Tra gli altri set da segnalare ovviamente, come previsto, spiccano i Grizzly Bear che con una scaletta da greatest hits tornano al Ray-Ban per dare a tutti lezioni di musica, A$AP Rocky, autentico animale da palco in un dei live accolti con un clamore davvero selvaggio da un pubblico molto giovane e molto britannico. Da rivedere con più calma (ci attendeva il rituale dei Grizzly Bear) la discussa headliner Lorde che per la giovane età dimostra un talento pop davvero cristallino. C’è chi come lei, l’aveva messo in mostra dieci anni fa questo talento, per poi perdersi. E stiamo parlando della nostra prediletta Lykke Li che regala un set al tramonto che strega i più scettici. Anche in questo caso le parole femminilità ed eleganza sono da elevare all’ennesima potenza. Menzione d’onore ovvia per i Beach House che hanno emozionato, come sempre, come solo loro. Sempre in tema rap e giovane, ha sorpreso tutti Rex Orange County, perfetto nell’atmosfera calda e assolata del tramonto sul molo del palco Pitchfork, mentre di lì a poco Ariel Pink la consueta, matta performance affiancato alla voce dall’inossidabile batterista dei Germs Don Bolles, una performance replicata, poi giorno dopo tra mille problemi tecnici, dopo lo sbriluccicante set dei Kero Kero Bonito.

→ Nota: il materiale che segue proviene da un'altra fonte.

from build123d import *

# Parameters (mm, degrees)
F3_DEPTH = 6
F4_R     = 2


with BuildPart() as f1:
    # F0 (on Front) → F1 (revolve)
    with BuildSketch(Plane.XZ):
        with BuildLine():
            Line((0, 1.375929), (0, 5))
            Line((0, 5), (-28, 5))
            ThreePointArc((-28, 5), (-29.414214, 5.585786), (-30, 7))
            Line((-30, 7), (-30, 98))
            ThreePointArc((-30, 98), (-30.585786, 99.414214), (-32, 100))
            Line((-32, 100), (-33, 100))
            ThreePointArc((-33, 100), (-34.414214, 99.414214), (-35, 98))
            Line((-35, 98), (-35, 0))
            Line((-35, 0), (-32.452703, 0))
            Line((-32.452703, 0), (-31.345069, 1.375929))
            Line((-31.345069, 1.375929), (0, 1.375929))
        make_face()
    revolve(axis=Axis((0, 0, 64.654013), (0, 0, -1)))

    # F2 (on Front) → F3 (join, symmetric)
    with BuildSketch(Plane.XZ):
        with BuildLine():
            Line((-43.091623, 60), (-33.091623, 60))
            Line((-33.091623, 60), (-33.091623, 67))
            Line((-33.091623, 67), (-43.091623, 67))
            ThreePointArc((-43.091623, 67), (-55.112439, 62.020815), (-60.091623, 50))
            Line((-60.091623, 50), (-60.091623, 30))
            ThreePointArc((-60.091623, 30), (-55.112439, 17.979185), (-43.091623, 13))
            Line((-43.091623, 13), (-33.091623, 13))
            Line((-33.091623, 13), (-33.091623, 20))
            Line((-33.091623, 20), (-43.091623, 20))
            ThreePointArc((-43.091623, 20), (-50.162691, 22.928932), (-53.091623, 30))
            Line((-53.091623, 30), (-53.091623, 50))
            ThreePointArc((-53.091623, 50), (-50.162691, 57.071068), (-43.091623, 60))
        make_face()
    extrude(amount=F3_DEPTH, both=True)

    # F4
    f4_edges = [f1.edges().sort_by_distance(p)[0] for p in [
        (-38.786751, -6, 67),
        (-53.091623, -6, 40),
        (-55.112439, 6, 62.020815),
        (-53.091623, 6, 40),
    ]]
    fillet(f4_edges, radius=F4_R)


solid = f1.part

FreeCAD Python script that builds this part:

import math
import FreeCAD as App
import Part
import Sketcher
from FreeCAD import Vector


def edges_at(feature, points):
    """Names of the edges that pass closest to the given points."""
    edges = feature.Shape.Edges
    near = lambda p: min(range(len(edges)), key=lambda i: edges[i].distToShape(Part.Vertex(*p))[0])
    return sorted({f"Edge{near(p) + 1}" for p in points})

doc = App.newDocument("Part")
body = doc.addObject("PartDesign::Body", "Body")

# Sketch on XZ plane
sketch1 = doc.addObject("Sketcher::SketchObject", "Sketch")
body.addObject(sketch1)
sketch1.AttachmentSupport = (doc.XZ_Plane, [""])
sketch1.MapMode = "FlatFace"
sketch1.addGeometry(Part.LineSegment(Vector(0, 1.375929, 0), Vector(0, 5, 0)), False)
sketch1.addGeometry(Part.LineSegment(Vector(0, 5, 0), Vector(-28, 5, 0)), False)
sketch1.addGeometry(Part.ArcOfCircle(Part.Circle(Vector(-28.000001, 6.999999, 0), Vector(0, 0, 1), 1.999999), math.radians(179.999957), math.radians(270.000043)), False)
sketch1.addGeometry(Part.LineSegment(Vector(-30, 7, 0), Vector(-30, 98, 0)), False)
sketch1.addGeometry(Part.ArcOfCircle(Part.Circle(Vector(-31.999999, 98.000001, 0), Vector(0, 0, 1), 1.999999), math.radians(-0.000043), math.radians(90.000043)), False)
sketch1.addGeometry(Part.LineSegment(Vector(-32, 100, 0), Vector(-33, 100, 0)), False)
sketch1.addGeometry(Part.ArcOfCircle(Part.Circle(Vector(-33.000001, 98.000001, 0), Vector(0, 0, 1), 1.999999), math.radians(89.999957), math.radians(180.000043)), False)
sketch1.addGeometry(Part.LineSegment(Vector(-35, 98, 0), Vector(-35, 0, 0)), False)
sketch1.addGeometry(Part.LineSegment(Vector(-35, 0, 0), Vector(-32.452703, 0, 0)), False)
sketch1.addGeometry(Part.LineSegment(Vector(-32.452703, 0, 0), Vector(-31.345069, 1.375929, 0)), False)
sketch1.addGeometry(Part.LineSegment(Vector(-31.345069, 1.375929, 0), Vector(0, 1.375929, 0)), False)
sketch1.addConstraint(Sketcher.Constraint("Coincident", 0, 2, 1, 1))
sketch1.addConstraint(Sketcher.Constraint("Tangent", 1, 2, 2, 2))
sketch1.addConstraint(Sketcher.Constraint("Tangent", 2, 1, 3, 1))
sketch1.addConstraint(Sketcher.Constraint("Tangent", 3, 2, 4, 1))
sketch1.addConstraint(Sketcher.Constraint("Tangent", 4, 2, 5, 1))
sketch1.addConstraint(Sketcher.Constraint("Tangent", 5, 2, 6, 1))
sketch1.addConstraint(Sketcher.Constraint("Tangent", 6, 2, 7, 1))
sketch1.addConstraint(Sketcher.Constraint("Coincident", 7, 2, 8, 1))
sketch1.addConstraint(Sketcher.Constraint("Coincident", 8, 2, 9, 1))
sketch1.addConstraint(Sketcher.Constraint("Coincident", 9, 2, 10, 1))
sketch1.addConstraint(Sketcher.Constraint("Coincident", 10, 2, 0, 1))
sketch1.addConstraint(Sketcher.Constraint("Vertical", 0))
sketch1.addConstraint(Sketcher.Constraint("Horizontal", 1))
sketch1.addConstraint(Sketcher.Constraint("Vertical", 3))
sketch1.addConstraint(Sketcher.Constraint("Horizontal", 5))
sketch1.addConstraint(Sketcher.Constraint("Vertical", 7))
sketch1.addConstraint(Sketcher.Constraint("Horizontal", 8))
sketch1.addConstraint(Sketcher.Constraint("Horizontal", 10))
sketch1.addConstraint(Sketcher.Constraint("Equal", 2, 4))
sketch1.addConstraint(Sketcher.Constraint("Equal", 4, 6))
sketch1.addConstraint(Sketcher.Constraint("PointOnObject", 0, 2, -2))
sketch1.addConstraint(Sketcher.Constraint("PointOnObject", 7, 2, -1))
sketch1.addConstraint(Sketcher.Constraint("Radius", 2, 1.999999))
sketch1.addConstraint(Sketcher.Constraint("DistanceX", 1, 2, 1, 1, 28.0))
sketch1.addConstraint(Sketcher.Constraint("DistanceX", 5, 2, 5, 1, 1.0))
sketch1.addConstraint(Sketcher.Constraint("DistanceY", 3, 1, 3, 2, 91.0))
sketch1.addConstraint(Sketcher.Constraint("DistanceY", 7, 2, 7, 1, 98.0))
sketch1.addConstraint(Sketcher.Constraint("DistanceX", 10, 1, 10, 2, 31.345069))
sketch1.addConstraint(Sketcher.Constraint("DistanceY", 0, 1, 0, 2, 3.624071))
sketch1.addConstraint(Sketcher.Constraint("DistanceX", 8, 2, 2, 3, 4.452702))
revolution = doc.addObject("PartDesign::Revolution", "Revolution")
body.addObject(revolution)
revolution.Profile = sketch1
revolution.ReferenceAxis = (sketch1, ["V_Axis"])
revolution.Angle = 360

# Sketch on XZ plane
sketch2 = doc.addObject("Sketcher::SketchObject", "Sketch001")
body.addObject(sketch2)
sketch2.AttachmentSupport = (doc.XZ_Plane, [""])
sketch2.MapMode = "FlatFace"
sketch2.addGeometry(Part.LineSegment(Vector(-43.091623, 60, 0), Vector(-33.091623, 60, 0)), False)
sketch2.addGeometry(Part.LineSegment(Vector(-33.091623, 60, 0), Vector(-33.091623, 67, 0)), False)
sketch2.addGeometry(Part.LineSegment(Vector(-33.091623, 67, 0), Vector(-43.091623, 67, 0)), False)
sketch2.addGeometry(Part.ArcOfCircle(Part.Circle(Vector(-43.091624, 50.000001, 0), Vector(0, 0, 1), 16.999999), math.radians(89.999997), math.radians(180.000003)), False)
sketch2.addGeometry(Part.LineSegment(Vector(-60.091623, 50, 0), Vector(-60.091623, 30, 0)), False)
sketch2.addGeometry(Part.ArcOfCircle(Part.Circle(Vector(-43.091624, 29.999999, 0), Vector(0, 0, 1), 16.999999), math.radians(179.999997), math.radians(270.000003)), False)
sketch2.addGeometry(Part.LineSegment(Vector(-43.091623, 13, 0), Vector(-33.091623, 13, 0)), False)
sketch2.addGeometry(Part.LineSegment(Vector(-33.091623, 13, 0), Vector(-33.091623, 20, 0)), False)
sketch2.addGeometry(Part.LineSegment(Vector(-33.091623, 20, 0), Vector(-43.091623, 20, 0)), False)
sketch2.addGeometry(Part.ArcOfCircle(Part.Circle(Vector(-43.091624, 29.999999, 0), Vector(0, 0, 1), 9.999999), math.radians(179.999996), math.radians(270.000004)), False)
sketch2.addGeometry(Part.LineSegment(Vector(-53.091623, 30, 0), Vector(-53.091623, 50, 0)), False)
sketch2.addGeometry(Part.ArcOfCircle(Part.Circle(Vector(-43.091624, 50.000001, 0), Vector(0, 0, 1), 9.999999), math.radians(89.999996), math.radians(180.000004)), False)
sketch2.addConstraint(Sketcher.Constraint("Coincident", 0, 2, 1, 1))
sketch2.addConstraint(Sketcher.Constraint("Coincident", 1, 2, 2, 1))
sketch2.addConstraint(Sketcher.Constraint("Tangent", 2, 2, 3, 1))
sketch2.addConstraint(Sketcher.Constraint("Tangent", 3, 2, 4, 1))
sketch2.addConstraint(Sketcher.Constraint("Tangent", 4, 2, 5, 1))
sketch2.addConstraint(Sketcher.Constraint("Tangent", 5, 2, 6, 1))
sketch2.addConstraint(Sketcher.Constraint("Coincident", 6, 2, 7, 1))
sketch2.addConstraint(Sketcher.Constraint("Coincident", 7, 2, 8, 1))
sketch2.addConstraint(Sketcher.Constraint("Tangent", 8, 2, 9, 2))
sketch2.addConstraint(Sketcher.Constraint("Tangent", 9, 1, 10, 1))
sketch2.addConstraint(Sketcher.Constraint("Tangent", 10, 2, 11, 2))
sketch2.addConstraint(Sketcher.Constraint("Tangent", 11, 1, 0, 1))
sketch2.addConstraint(Sketcher.Constraint("Horizontal", 0))
sketch2.addConstraint(Sketcher.Constraint("Vertical", 1))
sketch2.addConstraint(Sketcher.Constraint("Horizontal", 2))
sketch2.addConstraint(Sketcher.Constraint("Vertical", 4))
sketch2.addConstraint(Sketcher.Constraint("Horizontal", 6))
sketch2.addConstraint(Sketcher.Constraint("Vertical", 7))
sketch2.addConstraint(Sketcher.Constraint("Horizontal", 8))
sketch2.addConstraint(Sketcher.Constraint("Vertical", 10))
sketch2.addConstraint(Sketcher.Constraint("Coincident", 9, 3, 5, 3))
sketch2.addConstraint(Sketcher.Constraint("Coincident", 11, 3, 3, 3))
sketch2.addConstraint(Sketcher.Constraint("Equal", 3, 5))
sketch2.addConstraint(Sketcher.Constraint("Vertical", 1, 2, 6, 2))
sketch2.addConstraint(Sketcher.Constraint("Radius", 3, 16.999999))
sketch2.addConstraint(Sketcher.Constraint("Radius", 9, 9.999999))
sketch2.addConstraint(Sketcher.Constraint("DistanceX", 0, 1, 0, 2, 10.0))
sketch2.addConstraint(Sketcher.Constraint("DistanceY", 4, 2, 4, 1, 20.0))
sketch2.addConstraint(Sketcher.Constraint("DistanceY", -1, 1, 3, 3, 50.000001))
sketch2.addConstraint(Sketcher.Constraint("DistanceX", 3, 3, -1, 1, 43.091624))
pad1 = doc.addObject("PartDesign::Pad", "Pad")
body.addObject(pad1)
pad1.Profile = sketch2
pad1.Length = 12
pad1.Midplane = True
doc.recompute()

fillet = doc.addObject("PartDesign::Fillet", "Fillet")
body.addObject(fillet)
fillet.Base = (pad1, edges_at(pad1, [
    (-38.787, -6, 67),
    (-53.092, -6, 40),
    (-55.112, 6, 62.021),
    (-53.092, 6, 40),
]))
fillet.Radius = 2

doc.recompute()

Che dire, quando si riescono a vedere tutte queste cose e si potrebbero compilare almeno altri due itinerari con tutte le belle cose che succedevano troppo lontano o in sovrapposizioni troppo complicate?
Niente da dire, è il Primavera. Chi lo scredita, non c’è davvero mai stato.
All’anno prossimo. Ovviamente…
Le foto di Eric Pamies, Sergio Albert, Alba Ruperez, Paco Amate e Santiago Felipe sono tratte dal sito ufficiale.